隨著工業 4.0 與智慧製造的快速發展，越來越多機械手臂被導入生產線，進行重複性高且具精度要求之操作任務，以提升生產效率。有鑑於此，本論文提出一套整合運動規劃與力量控制之架構，可應用於機械手臂執行塗膠、焊接等任務中。本論文首先透過視覺方法擷取目標圖像之輪廓，做為運動軌跡輸入。接著，本論文提出改良式弧長動態運動原語(MAL-DMP)，除了具備軌跡模仿功能外，還透過對動態運動原語(DMP)進行弧長參數化，將運動速度從系統中分離，使得運動規劃更具彈性與直觀性，能根據需求靈活調整。在力量控制方面，提出改良之模糊適應性導納控制，透過模糊邏輯根據外力誤差及其變化率動態調整參數，不僅改善力量暫態響應並降低力量追蹤誤差，也展現良好之環境變化適應能力。進一步，本論文將該控制器與MAL-DMP整合，提出兩種力量控制架構，包含串接導納控制與使用耦合項之方式，以實現具順應性之軌跡調整。最後，透過本論文所設計的模擬與實驗，實驗結果顯示本論文所提出之方法在運動規劃與力量控制表現上皆具有效性與可行性。

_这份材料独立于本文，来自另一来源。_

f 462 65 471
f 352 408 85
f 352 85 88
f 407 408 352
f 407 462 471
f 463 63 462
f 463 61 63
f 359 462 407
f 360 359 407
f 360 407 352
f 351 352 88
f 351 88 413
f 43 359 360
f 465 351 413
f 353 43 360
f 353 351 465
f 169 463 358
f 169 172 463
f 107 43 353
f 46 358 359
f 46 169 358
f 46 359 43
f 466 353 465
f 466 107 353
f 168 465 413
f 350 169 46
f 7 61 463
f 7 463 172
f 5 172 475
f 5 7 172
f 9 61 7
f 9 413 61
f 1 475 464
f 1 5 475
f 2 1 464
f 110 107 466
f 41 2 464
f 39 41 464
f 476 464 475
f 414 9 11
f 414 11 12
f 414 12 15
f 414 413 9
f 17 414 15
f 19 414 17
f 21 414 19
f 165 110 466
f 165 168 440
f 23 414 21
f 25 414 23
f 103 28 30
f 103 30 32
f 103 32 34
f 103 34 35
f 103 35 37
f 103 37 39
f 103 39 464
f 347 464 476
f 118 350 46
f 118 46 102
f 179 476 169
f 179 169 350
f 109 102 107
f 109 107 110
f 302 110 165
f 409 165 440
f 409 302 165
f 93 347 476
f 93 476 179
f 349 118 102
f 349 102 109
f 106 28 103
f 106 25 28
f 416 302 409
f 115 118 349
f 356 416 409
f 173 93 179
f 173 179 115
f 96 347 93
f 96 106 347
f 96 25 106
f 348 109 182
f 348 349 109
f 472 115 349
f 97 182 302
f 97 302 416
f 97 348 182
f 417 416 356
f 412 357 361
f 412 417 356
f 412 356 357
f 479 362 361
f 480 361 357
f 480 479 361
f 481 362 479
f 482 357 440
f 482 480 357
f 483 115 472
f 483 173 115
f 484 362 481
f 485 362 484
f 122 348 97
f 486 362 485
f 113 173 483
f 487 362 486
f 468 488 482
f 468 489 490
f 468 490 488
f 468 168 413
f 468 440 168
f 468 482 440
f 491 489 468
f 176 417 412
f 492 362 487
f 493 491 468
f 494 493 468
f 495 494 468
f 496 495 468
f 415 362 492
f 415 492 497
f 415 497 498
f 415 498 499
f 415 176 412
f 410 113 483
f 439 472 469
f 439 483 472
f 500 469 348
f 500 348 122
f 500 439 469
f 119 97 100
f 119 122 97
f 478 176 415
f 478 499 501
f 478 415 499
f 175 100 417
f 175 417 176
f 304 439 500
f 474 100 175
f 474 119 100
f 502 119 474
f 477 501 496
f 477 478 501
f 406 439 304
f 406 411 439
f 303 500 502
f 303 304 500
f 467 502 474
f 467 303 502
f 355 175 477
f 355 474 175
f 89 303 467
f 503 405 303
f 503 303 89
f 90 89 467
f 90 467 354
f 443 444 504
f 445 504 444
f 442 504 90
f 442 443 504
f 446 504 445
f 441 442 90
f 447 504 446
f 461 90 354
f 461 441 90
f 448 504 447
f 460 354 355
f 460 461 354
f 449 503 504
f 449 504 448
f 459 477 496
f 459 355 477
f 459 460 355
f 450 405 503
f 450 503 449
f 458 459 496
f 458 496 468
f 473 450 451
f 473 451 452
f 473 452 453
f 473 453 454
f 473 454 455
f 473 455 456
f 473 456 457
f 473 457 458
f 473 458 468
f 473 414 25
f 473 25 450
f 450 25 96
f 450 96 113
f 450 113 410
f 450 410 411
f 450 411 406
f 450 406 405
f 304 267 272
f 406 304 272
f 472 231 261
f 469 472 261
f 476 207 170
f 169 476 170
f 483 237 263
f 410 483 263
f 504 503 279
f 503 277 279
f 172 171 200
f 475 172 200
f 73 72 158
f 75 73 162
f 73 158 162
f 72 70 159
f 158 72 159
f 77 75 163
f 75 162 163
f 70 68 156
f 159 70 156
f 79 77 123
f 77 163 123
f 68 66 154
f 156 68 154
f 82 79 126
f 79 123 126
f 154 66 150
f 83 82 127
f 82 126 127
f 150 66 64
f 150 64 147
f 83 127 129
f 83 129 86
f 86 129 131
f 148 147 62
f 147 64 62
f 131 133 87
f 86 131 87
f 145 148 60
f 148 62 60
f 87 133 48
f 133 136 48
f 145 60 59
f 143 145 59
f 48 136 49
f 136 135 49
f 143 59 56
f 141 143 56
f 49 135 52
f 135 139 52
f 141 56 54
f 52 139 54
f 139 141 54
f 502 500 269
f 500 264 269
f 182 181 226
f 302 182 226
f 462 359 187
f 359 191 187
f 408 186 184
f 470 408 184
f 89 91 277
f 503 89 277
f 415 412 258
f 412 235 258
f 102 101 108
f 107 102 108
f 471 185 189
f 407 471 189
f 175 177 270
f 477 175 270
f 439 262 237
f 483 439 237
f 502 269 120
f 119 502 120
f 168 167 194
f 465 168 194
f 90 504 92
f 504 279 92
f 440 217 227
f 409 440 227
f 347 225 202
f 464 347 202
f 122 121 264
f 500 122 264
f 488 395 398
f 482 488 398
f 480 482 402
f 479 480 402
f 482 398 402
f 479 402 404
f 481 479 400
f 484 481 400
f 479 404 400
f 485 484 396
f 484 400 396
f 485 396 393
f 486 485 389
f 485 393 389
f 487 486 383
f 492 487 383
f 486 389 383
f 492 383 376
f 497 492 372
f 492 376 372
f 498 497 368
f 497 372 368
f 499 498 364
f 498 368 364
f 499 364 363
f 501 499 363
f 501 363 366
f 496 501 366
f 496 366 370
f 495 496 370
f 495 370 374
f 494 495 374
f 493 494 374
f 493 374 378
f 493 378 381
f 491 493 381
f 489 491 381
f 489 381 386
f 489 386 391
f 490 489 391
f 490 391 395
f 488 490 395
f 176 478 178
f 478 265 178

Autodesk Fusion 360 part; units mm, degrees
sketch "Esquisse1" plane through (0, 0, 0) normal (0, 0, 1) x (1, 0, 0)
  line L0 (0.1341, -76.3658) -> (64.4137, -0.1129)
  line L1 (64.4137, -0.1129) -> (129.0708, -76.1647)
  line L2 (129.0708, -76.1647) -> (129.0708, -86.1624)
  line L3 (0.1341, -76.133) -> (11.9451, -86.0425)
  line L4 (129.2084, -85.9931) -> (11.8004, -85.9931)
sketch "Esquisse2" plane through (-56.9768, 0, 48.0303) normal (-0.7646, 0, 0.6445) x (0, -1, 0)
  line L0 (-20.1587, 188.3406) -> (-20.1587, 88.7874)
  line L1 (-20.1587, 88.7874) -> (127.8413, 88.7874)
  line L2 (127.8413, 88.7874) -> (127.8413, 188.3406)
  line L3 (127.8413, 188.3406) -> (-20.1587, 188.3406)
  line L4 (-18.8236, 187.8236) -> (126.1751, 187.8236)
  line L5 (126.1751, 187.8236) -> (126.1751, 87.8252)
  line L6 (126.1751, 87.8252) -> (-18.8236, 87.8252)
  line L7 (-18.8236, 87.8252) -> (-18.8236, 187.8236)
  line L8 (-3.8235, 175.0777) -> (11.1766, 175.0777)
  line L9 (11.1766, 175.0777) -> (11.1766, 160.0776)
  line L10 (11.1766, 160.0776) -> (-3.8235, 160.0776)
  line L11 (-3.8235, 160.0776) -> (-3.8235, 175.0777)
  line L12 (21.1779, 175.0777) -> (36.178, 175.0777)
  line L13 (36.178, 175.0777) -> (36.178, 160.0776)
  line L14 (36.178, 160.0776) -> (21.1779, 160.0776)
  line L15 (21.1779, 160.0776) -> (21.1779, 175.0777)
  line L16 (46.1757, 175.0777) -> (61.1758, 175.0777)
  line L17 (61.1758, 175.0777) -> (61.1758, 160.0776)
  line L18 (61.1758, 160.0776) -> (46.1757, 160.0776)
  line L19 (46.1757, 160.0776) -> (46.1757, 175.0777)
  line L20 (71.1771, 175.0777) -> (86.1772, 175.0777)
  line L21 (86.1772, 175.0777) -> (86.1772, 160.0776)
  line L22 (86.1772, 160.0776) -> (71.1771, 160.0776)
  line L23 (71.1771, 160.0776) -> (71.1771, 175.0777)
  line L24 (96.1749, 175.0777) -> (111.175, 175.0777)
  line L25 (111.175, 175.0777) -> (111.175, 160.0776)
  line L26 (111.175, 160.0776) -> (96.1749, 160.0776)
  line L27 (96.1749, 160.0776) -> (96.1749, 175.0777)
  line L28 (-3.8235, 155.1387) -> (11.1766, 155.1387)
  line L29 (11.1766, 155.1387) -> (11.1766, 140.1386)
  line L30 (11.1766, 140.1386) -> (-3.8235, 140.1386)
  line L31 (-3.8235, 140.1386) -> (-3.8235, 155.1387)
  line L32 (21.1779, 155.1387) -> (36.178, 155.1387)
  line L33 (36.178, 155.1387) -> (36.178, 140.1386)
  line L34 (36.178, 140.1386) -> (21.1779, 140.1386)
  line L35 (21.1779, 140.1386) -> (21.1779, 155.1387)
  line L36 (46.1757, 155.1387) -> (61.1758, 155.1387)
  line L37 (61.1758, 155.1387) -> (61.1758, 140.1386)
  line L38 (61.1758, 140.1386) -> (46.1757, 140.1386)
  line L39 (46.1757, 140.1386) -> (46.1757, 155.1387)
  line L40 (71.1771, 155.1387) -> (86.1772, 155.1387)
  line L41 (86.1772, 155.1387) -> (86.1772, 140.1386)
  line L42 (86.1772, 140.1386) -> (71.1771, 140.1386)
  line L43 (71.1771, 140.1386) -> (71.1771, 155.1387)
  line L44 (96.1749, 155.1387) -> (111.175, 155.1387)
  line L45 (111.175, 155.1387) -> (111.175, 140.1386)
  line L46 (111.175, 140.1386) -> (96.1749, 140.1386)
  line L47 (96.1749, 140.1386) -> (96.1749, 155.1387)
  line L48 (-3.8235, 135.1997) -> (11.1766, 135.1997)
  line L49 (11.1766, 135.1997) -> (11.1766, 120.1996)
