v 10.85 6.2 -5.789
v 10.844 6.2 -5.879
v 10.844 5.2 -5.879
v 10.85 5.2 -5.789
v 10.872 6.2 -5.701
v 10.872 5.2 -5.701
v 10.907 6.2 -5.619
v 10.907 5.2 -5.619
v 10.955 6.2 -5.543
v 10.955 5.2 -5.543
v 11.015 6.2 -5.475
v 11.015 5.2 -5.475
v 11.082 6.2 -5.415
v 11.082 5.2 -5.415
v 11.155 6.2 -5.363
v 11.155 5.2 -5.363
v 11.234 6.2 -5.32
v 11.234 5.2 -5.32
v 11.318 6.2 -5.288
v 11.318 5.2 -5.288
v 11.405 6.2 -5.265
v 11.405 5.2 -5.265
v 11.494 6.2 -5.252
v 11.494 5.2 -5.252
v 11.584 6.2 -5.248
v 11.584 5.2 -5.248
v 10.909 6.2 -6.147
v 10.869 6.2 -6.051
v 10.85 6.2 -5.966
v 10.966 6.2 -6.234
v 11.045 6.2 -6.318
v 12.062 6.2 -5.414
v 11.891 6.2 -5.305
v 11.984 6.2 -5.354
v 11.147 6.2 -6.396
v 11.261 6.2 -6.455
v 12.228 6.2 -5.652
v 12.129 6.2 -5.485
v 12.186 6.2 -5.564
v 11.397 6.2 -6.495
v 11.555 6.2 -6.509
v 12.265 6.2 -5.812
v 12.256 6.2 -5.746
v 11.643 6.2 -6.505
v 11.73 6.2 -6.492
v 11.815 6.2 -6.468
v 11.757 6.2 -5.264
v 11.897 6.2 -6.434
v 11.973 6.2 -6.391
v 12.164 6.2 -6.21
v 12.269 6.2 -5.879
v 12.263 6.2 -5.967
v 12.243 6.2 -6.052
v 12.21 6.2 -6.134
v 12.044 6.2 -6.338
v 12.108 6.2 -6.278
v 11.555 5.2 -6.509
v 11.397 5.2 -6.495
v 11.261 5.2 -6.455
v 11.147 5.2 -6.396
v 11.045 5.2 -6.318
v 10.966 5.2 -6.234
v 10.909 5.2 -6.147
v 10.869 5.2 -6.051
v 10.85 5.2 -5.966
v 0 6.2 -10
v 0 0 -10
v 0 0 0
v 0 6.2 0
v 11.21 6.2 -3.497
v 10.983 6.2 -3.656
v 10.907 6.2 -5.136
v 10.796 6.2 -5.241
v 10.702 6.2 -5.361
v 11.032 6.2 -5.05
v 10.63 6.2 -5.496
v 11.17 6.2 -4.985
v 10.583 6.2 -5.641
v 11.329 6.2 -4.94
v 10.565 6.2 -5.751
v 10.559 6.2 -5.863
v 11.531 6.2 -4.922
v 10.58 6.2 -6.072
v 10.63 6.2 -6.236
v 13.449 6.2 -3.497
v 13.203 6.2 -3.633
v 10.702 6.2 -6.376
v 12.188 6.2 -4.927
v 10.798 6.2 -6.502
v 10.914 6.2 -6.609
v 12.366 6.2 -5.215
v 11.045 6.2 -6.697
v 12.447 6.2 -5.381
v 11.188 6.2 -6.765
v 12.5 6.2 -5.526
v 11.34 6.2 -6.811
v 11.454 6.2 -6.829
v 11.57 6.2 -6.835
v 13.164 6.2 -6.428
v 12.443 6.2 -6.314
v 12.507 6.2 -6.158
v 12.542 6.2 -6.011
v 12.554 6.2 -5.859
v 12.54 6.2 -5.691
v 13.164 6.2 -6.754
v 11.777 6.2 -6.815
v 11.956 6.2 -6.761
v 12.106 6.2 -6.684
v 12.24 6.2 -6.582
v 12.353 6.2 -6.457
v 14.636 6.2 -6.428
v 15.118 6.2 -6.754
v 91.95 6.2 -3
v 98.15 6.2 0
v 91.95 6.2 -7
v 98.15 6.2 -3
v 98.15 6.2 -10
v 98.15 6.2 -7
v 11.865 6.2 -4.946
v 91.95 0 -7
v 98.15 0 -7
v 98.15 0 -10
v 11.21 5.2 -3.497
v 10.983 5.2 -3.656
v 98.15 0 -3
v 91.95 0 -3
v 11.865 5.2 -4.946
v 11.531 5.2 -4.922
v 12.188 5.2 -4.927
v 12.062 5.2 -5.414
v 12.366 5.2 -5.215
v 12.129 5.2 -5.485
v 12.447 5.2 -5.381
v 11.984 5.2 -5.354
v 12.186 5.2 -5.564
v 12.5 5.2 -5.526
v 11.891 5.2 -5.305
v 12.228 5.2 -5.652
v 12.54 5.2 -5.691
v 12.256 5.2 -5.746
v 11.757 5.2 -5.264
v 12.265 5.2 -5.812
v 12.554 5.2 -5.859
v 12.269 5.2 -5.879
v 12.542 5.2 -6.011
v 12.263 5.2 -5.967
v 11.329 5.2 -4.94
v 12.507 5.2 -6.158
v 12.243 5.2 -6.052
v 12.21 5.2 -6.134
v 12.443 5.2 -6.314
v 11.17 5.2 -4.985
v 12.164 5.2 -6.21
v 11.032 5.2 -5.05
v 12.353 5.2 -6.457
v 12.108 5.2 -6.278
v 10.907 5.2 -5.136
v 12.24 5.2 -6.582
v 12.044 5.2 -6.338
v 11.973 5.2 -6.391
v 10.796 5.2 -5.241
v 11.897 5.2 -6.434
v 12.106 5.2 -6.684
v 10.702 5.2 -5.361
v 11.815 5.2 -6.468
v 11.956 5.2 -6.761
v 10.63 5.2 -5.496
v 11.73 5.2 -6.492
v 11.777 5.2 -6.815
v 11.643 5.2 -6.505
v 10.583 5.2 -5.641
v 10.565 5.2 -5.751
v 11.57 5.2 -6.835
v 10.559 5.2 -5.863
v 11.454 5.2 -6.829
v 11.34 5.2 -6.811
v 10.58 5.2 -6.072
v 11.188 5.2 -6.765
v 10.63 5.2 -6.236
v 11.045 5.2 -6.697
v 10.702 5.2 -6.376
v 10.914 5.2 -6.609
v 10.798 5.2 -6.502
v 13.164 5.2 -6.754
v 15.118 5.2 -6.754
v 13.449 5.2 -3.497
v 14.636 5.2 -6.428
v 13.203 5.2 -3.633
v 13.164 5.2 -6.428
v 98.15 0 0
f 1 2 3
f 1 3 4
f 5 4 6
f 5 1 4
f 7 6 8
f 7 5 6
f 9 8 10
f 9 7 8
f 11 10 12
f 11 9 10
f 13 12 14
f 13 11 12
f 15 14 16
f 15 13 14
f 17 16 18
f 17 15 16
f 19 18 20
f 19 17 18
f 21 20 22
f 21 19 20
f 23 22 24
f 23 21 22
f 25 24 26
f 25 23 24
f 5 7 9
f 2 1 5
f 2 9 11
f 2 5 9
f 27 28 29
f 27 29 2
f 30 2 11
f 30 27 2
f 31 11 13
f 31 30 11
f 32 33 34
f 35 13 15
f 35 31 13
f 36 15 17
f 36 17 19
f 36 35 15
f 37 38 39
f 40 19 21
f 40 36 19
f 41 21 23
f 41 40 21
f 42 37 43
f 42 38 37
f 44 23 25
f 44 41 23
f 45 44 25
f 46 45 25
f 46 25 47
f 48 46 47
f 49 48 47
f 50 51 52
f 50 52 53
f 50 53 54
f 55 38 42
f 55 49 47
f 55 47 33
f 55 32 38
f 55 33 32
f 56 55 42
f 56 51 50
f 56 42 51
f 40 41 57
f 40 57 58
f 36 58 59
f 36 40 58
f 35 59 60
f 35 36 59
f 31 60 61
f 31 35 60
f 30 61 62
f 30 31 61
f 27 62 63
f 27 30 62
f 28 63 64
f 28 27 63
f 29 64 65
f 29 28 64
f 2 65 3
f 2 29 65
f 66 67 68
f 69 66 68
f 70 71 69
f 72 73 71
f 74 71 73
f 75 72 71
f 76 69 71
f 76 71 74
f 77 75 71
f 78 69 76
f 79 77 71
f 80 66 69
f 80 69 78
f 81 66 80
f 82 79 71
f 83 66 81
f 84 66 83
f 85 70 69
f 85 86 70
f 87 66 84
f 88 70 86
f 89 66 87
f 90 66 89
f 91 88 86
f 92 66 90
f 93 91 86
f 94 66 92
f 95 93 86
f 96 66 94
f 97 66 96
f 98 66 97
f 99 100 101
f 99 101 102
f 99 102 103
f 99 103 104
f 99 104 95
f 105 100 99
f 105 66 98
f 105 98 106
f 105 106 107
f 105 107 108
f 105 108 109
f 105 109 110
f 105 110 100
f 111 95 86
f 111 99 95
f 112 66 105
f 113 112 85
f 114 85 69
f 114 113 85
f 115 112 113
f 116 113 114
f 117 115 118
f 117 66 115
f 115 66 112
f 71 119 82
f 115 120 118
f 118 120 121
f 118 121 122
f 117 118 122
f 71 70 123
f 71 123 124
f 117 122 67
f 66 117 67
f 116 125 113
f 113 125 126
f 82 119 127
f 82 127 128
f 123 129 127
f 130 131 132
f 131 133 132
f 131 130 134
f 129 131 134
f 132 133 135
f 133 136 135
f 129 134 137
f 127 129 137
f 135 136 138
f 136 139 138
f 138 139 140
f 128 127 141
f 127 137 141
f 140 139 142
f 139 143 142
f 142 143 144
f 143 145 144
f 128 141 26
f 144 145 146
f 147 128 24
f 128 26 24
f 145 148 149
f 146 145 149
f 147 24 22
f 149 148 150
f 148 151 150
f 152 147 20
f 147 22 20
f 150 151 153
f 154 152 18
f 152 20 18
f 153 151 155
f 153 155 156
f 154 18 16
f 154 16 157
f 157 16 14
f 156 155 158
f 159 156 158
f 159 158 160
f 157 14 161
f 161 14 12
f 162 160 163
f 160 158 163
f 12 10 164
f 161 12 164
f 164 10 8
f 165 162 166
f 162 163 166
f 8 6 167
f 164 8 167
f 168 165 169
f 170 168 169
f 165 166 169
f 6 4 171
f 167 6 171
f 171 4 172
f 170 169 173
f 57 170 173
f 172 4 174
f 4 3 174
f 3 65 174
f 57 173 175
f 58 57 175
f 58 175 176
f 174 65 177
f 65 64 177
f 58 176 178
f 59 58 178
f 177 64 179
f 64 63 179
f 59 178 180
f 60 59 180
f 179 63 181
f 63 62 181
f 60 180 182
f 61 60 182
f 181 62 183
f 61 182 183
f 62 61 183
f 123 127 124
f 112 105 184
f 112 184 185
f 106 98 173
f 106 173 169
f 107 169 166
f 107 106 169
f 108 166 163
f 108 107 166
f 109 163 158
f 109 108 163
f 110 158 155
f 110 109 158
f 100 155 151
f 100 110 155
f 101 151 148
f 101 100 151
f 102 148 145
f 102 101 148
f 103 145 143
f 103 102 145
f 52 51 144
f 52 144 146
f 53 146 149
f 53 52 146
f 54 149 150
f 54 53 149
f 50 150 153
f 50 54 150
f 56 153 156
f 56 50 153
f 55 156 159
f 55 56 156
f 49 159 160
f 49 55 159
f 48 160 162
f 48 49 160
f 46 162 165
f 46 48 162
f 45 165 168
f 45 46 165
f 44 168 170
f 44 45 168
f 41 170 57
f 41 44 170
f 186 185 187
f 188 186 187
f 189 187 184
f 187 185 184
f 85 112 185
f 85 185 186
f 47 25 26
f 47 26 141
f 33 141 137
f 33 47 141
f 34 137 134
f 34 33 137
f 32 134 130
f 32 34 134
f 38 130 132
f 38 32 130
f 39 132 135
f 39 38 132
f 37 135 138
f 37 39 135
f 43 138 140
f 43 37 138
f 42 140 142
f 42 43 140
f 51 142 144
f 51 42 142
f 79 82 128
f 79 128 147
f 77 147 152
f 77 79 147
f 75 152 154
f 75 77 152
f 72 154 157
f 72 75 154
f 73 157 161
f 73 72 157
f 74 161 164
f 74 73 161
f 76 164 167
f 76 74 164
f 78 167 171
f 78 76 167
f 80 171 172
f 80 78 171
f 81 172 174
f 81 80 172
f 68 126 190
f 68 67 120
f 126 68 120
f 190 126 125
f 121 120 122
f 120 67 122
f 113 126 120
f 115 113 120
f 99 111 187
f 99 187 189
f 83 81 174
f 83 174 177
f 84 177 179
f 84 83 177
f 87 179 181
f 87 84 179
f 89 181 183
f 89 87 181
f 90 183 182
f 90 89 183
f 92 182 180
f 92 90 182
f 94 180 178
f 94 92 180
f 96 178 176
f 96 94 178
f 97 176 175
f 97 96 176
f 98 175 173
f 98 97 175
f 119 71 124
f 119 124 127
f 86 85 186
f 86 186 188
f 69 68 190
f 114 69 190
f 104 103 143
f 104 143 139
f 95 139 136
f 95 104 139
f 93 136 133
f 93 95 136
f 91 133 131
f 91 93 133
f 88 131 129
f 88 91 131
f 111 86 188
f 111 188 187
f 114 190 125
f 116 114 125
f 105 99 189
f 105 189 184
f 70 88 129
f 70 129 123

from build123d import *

# Parameters (mm, degrees)
BOSS_EXTRUDE1_DEPTH = 6.2
CUT_EXTRUDE1_DEPTH  = 1


with BuildPart() as part:
    # Sketch1 → Boss-Extrude1 (new body)
    with BuildSketch(Plane(origin=(0, 0, 0), x_dir=(1, 0, 0), z_dir=(0, 1, 0))):
        Polygon((0, 0), (91.95, 0), (98.15, 0), (98.15, 3), (93.712314791, 3), (91.95, 3), (91.95, 7), (93.712314791, 7), (98.15, 7), (98.15, 10), (91.95, 10), (0, 10), align=None)
    extrude(amount=BOSS_EXTRUDE1_DEPTH)

    # Sketch2 → Cut-Extrude1 (cut)
    with BuildSketch(Plane(origin=(0, 6.2, 0), x_dir=(1, 0, 0), z_dir=(0, 1, 0))):
        with BuildLine():
            Line((11.210257143, 3.497319833), (10.982562832, 3.655688223))
            Line((10.982562832, 3.655688223), (11.8653553, 4.94616799))
            add(Edge.make_bspline(
                [(11.8653553, 4.94616799), (11.809030133, 4.939279997), (11.698122738, 4.925717154), (11.586419796, 4.923225546), (11.531446045, 4.92199932)],
                knots=[0, 0, 0, 0, 0.000170115, 0.000334967, 0.000334967, 0.000334967, 0.000334967], degree=3))
            add(Edge.make_bspline(
                [(11.531446045, 4.92199932), (11.498115759, 4.922853011), (11.432691322, 4.924528731), (11.336505466, 4.937810943), (11.244080707, 4.958267131), (11.155662077, 4.988791358), (11.070917241, 5.026726448), (10.990031201, 5.073768168), (10.913112843, 5.129109589), (10.840988264, 5.192458089), (10.775391186, 5.262016036), (10.716950052, 5.335635798), (10.668380597, 5.414172571), (10.62803398, 5.496024271), (10.59743564, 5.582367353), (10.575153909, 5.672219309), (10.561435774, 5.76620987), (10.559803737, 5.830186239), (10.558975092, 5.862669392)],
                knots=[0, 0, 0, 0, 9.9954e-05, 0.000196201, 0.000290782, 0.000383503, 0.000476303, 0.000568919, 0.000663705, 0.000760153, 0.000856434, 0.000950205, 0.001041624, 0.001132931, 0.001223461, 0.001315861, 0.001410305, 0.001507717, 0.001507717, 0.001507717, 0.001507717], degree=3))
            add(Edge.make_bspline(
                [(10.558975092, 5.862669392), (10.560548472, 5.907090956), (10.563636698, 5.994281474), (10.588491067, 6.121674964), (10.629367232, 6.242131329), (10.686361545, 6.355333862), (10.758148043, 6.459654147), (10.844425121, 6.553641957), (10.944668003, 6.635960503), (11.05659312, 6.706721344), (11.17756336, 6.763630949), (11.304262786, 6.8055766), (11.435720595, 6.83024975), (11.524772696, 6.833502638), (11.569607103, 6.835140346)],
                knots=[0, 0, 0, 0, 0.000133185, 0.000261414, 0.000387724, 0.00051373, 0.000640399, 0.00076644, 0.000895188, 0.001028407, 0.001162697, 0.001295241, 0.001427846, 0.0015623, 0.0015623, 0.0015623, 0.0015623], degree=3))
            add(Edge.make_bspline(
                [(11.569607103, 6.835140346), (11.613593027, 6.833480127), (11.700505066, 6.83019969), (11.828311522, 6.806174946), (11.950722301, 6.765683107), (12.067058825, 6.709726396), (12.174772434, 6.639585287), (12.271633349, 6.556006112), (12.355431159, 6.458936812), (12.426028537, 6.35072511), (12.482697788, 6.234459349), (12.523584787, 6.113098219), (12.548754046, 5.987514522), (12.551925714, 5.902429535), (12.553526374, 5.859489304)],
                knots=[0, 0, 0, 0, 0.000131915, 0.000260652, 0.000388569, 0.000517718, 0.000646848, 0.000773094, 0.000900237, 0.001030248, 0.001159674, 0.001287189, 0.001413545, 0.001542287, 0.001542287, 0.001542287, 0.001542287], degree=3))
            add(Edge.make_bspline(
                [(12.553526374, 5.859489304), (12.552457389, 5.826157458), (12.55028922, 5.758552146), (12.535106998, 5.65583605), (12.50932583, 5.551105292), (12.480068932, 5.462457844), (12.451827608, 5.38924375), (12.425247296, 5.33141196), (12.395754128, 5.270541528), (12.361356391, 5.207270729), (12.324379165, 5.140793001), (12.282596821, 5.071775108), (12.236962481, 5.000124436), (12.204459807, 4.95182172), (12.187816238, 4.927087461)],
                knots=[0, 0, 0, 0, 9.9984e-05, 0.000202793, 0.000310776, 0.000423207, 0.000482616, 0.000546097, 0.000614079, 0.0006855, 0.000762103, 0.000842274, 0.000927493, 0.001016928, 0.001016928, 0.001016928, 0.001016928], degree=3))
            Line((12.187816238, 4.927087461), (11.210257143, 3.497319833))
        make_face()
        with BuildLine():
            add(Edge.make_bspline(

With the rapid advancement of Industry 4.0 and smart manufacturing, an increasing number of robot manipulators have been introduced into production lines to perform highly repetitive and precision-demanding tasks, thereby enhancing productivity and manufacturing efficiency. In light of such demands, this thesis proposes an integrated framework combining motion planning and force control, aimed at robot manipulators applications such as glue dispensing and welding. The proposed system first employs a computer vision method to extract the contour of the target object from images, which serves as the input trajectory. Subsequently, a Modified Arc-Length Dynamic Movement Primitive (MAL-DMP) is proposed. In addition to trajectory imitation, MAL-DMP introduces arc-length parameterization to the original Dynamic Movement Primitives (DMP), enabling the decoupling of motion speed from the trajectory generation process. This enhances the flexibility and intuitiveness of motion planning, allowing dynamic adjustment according to task requirements. For force control, this thesis presents an improved fuzzy adaptive admittance control method. By using fuzzy logic to dynamically adjust controller parameters based on force error and its rate of change, the proposed method improves transient response, reduces force tracking error, and demonstrates strong adaptability to environmental variations. Moreover, the fuzzy admittance controller is integrated with the MAL-DMP framework, and two force control frameworks are proposed—one using a cascaded architecture where MAL-DMP generates the trajectory followed by admittance control, and another using coupling terms—both aiming to achieve compliant trajectory adaptation. Finally, through simulation and real-world experiments, the results confirm the effectiveness and feasibility of the proposed methods in both motion planning and force control.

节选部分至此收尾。